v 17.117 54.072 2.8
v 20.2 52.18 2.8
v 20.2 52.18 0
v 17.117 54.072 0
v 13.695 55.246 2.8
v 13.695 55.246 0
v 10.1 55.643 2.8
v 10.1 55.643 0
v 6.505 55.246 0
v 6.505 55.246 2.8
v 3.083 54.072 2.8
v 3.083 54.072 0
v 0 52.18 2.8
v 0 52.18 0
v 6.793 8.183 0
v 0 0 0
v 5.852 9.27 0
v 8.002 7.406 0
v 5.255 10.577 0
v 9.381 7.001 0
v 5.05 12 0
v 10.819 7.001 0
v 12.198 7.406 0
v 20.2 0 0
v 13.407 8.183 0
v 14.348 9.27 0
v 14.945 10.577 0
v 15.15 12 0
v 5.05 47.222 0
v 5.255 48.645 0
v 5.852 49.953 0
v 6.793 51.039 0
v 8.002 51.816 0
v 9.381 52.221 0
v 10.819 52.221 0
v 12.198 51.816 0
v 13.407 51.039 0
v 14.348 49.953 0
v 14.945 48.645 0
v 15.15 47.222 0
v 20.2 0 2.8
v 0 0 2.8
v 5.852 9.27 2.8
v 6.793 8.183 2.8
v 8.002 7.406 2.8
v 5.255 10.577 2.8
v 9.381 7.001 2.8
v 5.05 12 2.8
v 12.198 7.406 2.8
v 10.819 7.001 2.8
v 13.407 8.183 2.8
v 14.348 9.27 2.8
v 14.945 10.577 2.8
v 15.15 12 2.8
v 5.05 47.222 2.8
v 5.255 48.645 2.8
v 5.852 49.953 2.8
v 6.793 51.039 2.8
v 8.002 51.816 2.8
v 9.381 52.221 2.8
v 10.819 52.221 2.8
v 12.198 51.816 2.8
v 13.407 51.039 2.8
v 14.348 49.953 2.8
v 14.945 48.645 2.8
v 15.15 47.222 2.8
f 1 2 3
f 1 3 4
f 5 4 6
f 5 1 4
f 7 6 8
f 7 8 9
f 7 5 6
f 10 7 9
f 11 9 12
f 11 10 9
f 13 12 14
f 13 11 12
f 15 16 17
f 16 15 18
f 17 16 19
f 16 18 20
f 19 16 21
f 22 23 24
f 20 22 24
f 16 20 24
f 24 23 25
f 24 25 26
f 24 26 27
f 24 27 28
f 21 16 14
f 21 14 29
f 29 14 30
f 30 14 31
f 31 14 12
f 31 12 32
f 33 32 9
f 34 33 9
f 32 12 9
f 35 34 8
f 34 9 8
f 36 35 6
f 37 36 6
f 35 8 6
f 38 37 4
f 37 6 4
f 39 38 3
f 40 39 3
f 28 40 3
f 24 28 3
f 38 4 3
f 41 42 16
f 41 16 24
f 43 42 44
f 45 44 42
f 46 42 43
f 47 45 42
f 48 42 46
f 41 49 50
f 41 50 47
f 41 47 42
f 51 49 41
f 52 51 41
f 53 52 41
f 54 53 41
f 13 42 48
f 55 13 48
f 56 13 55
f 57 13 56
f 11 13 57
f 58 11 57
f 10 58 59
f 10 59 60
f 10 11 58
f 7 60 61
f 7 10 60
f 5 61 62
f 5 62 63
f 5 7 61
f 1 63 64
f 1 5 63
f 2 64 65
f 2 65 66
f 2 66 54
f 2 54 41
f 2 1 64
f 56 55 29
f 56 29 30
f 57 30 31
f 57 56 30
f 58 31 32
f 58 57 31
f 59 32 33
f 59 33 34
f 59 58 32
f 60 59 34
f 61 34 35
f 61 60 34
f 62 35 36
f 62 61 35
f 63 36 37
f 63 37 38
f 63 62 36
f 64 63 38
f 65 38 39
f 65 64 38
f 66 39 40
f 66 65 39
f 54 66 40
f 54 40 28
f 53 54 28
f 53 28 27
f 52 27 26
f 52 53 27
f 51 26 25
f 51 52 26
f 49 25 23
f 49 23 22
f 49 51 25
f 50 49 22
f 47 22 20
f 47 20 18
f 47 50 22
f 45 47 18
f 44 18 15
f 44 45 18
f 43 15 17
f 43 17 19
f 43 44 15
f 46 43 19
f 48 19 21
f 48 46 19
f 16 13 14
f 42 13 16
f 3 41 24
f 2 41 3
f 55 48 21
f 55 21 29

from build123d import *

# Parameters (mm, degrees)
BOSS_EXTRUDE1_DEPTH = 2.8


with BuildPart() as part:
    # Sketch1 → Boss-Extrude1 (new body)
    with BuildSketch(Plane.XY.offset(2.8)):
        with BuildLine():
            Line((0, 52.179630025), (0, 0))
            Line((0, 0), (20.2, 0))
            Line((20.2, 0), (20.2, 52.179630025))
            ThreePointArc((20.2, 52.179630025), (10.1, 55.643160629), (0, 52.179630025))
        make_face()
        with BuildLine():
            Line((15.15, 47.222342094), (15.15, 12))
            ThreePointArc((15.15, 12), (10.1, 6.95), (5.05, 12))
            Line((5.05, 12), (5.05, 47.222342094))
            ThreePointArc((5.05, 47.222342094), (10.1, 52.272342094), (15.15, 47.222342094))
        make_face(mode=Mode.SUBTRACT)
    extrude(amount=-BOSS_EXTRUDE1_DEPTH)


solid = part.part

□ □ □

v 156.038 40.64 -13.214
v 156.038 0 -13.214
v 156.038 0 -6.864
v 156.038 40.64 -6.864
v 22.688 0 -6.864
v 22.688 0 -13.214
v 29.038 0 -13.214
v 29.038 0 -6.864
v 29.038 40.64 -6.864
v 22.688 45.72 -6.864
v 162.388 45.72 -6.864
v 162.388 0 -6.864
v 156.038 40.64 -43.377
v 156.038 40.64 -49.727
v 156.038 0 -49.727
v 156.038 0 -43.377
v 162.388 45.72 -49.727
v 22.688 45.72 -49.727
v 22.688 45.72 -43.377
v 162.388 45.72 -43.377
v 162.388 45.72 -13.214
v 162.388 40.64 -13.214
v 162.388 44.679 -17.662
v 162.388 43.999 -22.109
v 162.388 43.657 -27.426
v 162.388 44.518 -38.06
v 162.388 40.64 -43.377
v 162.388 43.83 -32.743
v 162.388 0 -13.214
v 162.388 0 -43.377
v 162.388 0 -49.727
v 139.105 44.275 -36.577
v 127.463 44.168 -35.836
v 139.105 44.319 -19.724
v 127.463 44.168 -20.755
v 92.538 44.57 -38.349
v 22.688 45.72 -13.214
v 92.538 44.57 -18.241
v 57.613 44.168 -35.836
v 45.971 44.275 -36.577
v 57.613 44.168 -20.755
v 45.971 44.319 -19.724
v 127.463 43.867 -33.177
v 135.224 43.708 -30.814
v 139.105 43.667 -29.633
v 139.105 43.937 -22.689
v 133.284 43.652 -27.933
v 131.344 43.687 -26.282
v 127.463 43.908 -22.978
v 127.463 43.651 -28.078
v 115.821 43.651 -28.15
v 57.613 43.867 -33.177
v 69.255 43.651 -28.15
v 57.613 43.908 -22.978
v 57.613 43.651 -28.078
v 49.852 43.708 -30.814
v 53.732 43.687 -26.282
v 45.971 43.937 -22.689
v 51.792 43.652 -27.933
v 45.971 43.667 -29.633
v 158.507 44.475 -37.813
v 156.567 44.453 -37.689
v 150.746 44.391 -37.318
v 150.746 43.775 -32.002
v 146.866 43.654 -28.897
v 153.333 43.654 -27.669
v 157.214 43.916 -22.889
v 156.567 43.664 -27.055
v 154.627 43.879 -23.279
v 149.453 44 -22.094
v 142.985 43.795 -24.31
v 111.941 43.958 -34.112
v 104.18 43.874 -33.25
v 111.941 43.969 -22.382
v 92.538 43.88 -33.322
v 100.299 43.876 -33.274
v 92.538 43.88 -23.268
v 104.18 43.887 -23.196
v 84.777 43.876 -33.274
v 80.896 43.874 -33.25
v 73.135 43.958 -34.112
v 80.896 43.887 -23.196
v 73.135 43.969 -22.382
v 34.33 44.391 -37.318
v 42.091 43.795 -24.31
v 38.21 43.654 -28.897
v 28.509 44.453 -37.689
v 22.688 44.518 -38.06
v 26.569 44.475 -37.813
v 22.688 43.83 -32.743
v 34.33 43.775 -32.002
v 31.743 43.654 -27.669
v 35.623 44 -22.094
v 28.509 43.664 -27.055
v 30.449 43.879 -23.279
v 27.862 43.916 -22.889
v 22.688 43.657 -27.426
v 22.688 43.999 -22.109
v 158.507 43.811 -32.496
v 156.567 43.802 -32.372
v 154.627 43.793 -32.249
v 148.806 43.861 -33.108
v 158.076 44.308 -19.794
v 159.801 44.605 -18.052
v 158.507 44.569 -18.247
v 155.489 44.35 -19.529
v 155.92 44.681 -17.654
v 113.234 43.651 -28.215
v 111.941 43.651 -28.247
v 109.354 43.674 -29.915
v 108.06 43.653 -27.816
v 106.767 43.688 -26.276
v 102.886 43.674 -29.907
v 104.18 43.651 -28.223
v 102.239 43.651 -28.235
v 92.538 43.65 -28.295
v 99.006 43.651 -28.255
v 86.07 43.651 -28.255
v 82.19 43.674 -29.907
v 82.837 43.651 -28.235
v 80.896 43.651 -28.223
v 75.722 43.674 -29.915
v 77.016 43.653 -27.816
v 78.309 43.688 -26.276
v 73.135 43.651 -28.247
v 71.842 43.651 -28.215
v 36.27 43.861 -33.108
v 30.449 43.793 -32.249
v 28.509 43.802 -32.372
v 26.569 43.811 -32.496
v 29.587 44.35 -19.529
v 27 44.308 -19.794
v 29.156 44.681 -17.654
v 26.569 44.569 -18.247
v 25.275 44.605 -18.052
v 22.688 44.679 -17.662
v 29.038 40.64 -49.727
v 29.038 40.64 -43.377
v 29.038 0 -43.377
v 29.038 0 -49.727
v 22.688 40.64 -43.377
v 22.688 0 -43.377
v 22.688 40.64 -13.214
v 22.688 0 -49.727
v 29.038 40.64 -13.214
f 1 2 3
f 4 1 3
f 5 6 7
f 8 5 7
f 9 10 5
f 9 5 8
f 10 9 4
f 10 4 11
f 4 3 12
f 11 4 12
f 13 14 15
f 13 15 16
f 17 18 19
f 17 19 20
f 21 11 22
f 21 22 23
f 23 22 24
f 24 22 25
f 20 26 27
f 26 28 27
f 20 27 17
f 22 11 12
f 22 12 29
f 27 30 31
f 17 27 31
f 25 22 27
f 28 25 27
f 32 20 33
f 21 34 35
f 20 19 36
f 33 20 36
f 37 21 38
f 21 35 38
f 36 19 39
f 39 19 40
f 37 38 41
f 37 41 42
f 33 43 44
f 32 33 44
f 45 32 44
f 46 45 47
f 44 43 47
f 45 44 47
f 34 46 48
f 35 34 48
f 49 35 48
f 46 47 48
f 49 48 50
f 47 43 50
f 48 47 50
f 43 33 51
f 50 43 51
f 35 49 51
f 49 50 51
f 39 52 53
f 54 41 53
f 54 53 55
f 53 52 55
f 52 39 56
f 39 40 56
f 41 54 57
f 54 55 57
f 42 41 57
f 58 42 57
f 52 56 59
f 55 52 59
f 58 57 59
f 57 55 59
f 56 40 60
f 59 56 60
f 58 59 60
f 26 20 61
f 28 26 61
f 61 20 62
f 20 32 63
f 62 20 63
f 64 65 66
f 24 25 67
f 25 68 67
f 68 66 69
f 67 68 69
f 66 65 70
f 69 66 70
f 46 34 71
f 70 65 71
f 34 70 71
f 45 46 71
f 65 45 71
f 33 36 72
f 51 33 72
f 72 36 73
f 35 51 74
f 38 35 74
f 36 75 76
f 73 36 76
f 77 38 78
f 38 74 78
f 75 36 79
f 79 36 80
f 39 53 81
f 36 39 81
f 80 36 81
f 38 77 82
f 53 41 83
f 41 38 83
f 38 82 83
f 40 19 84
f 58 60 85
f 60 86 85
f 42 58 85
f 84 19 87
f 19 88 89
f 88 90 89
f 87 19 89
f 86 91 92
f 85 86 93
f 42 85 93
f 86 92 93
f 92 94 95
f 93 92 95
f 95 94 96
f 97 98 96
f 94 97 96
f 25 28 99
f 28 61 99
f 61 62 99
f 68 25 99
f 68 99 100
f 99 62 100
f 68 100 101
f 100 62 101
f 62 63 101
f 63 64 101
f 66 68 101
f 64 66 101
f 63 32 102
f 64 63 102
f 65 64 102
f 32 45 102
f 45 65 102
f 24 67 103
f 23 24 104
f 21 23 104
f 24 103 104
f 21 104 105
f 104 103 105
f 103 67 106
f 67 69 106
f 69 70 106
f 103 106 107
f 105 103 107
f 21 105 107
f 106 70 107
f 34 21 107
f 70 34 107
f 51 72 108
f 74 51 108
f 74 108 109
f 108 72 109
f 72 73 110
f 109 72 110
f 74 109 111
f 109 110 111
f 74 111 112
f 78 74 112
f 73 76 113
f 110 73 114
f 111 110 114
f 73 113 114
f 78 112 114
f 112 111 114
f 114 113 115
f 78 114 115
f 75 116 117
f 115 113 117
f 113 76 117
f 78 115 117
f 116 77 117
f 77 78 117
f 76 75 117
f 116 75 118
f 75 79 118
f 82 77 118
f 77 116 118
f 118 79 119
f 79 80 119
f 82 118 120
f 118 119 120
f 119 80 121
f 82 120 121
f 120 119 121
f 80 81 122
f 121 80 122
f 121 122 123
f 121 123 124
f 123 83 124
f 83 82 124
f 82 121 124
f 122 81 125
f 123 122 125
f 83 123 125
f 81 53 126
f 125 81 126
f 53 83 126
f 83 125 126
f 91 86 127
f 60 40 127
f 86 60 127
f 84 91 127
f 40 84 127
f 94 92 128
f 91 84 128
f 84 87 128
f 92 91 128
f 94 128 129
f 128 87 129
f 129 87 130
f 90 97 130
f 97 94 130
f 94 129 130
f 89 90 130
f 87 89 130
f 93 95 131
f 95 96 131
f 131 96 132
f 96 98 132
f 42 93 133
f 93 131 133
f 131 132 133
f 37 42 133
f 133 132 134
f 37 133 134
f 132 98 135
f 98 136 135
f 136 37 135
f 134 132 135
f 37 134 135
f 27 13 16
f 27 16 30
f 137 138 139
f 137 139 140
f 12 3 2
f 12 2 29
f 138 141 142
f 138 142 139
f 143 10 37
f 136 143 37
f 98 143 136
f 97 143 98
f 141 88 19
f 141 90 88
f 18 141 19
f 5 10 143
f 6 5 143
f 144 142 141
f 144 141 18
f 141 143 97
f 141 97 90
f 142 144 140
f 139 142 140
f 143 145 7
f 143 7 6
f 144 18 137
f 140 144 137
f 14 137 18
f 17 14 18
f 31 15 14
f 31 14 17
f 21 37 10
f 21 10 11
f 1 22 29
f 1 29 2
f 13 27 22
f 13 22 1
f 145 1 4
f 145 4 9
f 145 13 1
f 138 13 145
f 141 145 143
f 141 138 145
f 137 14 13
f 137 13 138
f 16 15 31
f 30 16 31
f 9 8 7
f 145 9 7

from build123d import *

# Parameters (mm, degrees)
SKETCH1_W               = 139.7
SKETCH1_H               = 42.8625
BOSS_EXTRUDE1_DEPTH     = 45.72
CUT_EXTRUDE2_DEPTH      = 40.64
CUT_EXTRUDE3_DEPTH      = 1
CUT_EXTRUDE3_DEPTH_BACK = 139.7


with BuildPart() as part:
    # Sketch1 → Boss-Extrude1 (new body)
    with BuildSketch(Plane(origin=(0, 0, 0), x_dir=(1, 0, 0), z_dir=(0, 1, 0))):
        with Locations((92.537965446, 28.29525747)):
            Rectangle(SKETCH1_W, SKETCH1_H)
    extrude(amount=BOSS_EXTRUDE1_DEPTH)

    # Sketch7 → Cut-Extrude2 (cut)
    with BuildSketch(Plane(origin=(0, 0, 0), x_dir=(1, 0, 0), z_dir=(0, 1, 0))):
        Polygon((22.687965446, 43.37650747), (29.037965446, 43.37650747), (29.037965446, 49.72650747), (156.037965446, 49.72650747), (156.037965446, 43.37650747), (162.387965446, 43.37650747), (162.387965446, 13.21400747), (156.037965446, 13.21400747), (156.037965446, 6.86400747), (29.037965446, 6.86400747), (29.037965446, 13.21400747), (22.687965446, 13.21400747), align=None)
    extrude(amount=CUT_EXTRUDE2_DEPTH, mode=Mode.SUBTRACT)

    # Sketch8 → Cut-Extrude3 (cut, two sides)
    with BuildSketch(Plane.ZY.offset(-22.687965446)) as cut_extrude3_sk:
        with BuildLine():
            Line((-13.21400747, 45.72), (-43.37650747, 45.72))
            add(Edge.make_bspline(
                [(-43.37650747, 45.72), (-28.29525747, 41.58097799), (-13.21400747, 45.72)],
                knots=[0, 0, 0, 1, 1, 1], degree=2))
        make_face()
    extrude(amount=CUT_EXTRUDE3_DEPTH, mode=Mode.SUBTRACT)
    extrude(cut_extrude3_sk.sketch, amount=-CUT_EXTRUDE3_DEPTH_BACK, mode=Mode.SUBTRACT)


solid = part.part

□ □ □

TRY IT:
In the listing above, find the line with "f 32 45 102" and the line with "f 138 142 139"; output exactly those lines and all lines between them.

OUTPUT OF THE TASK:
f 32 45 102
f 45 65 102
f 24 67 103
f 23 24 104
f 21 23 104
f 24 103 104
f 21 104 105
f 104 103 105
f 103 67 106
f 67 69 106
f 69 70 106
f 103 106 107
f 105 103 107
f 21 105 107
f 106 70 107
f 34 21 107
f 70 34 107
f 51 72 108
f 74 51 108
f 74 108 109
f 108 72 109
f 72 73 110
f 109 72 110
f 74 109 111
f 109 110 111
f 74 111 112
f 78 74 112
f 73 76 113
f 110 73 114
f 111 110 114
f 73 113 114
f 78 112 114
f 112 111 114
f 114 113 115
f 78 114 115
f 75 116 117
f 115 113 117
f 113 76 117
f 78 115 117
f 116 77 117
f 77 78 117
f 76 75 117
f 116 75 118
f 75 79 118
f 82 77 118
f 77 116 118
f 118 79 119
f 79 80 119
f 82 118 120
f 118 119 120
f 119 80 121
f 82 120 121
f 120 119 121
f 80 81 122
f 121 80 122
f 121 122 123
f 121 123 124
f 123 83 124
f 83 82 124
f 82 121 124
f 122 81 125
f 123 122 125
f 83 123 125
f 81 53 126
f 125 81 126
f 53 83 126
f 83 125 126
f 91 86 127
f 60 40 127
f 86 60 127
f 84 91 127
f 40 84 127
f 94 92 128
f 91 84 128
f 84 87 128
f 92 91 128
f 94 128 129
f 128 87 129
f 129 87 130
f 90 97 130
f 97 94 130
f 94 129 130
f 89 90 130
f 87 89 130
f 93 95 131
f 95 96 131
f 131 96 132
f 96 98 132
f 42 93 133
f 93 131 133
f 131 132 133
f 37 42 133
f 133 132 134
f 37 133 134
f 132 98 135
f 98 136 135
f 136 37 135
f 134 132 135
f 37 134 135
f 27 13 16
f 27 16 30
f 137 138 139
f 137 139 140
f 12 3 2
f 12 2 29
f 138 141 142
f 138 142 139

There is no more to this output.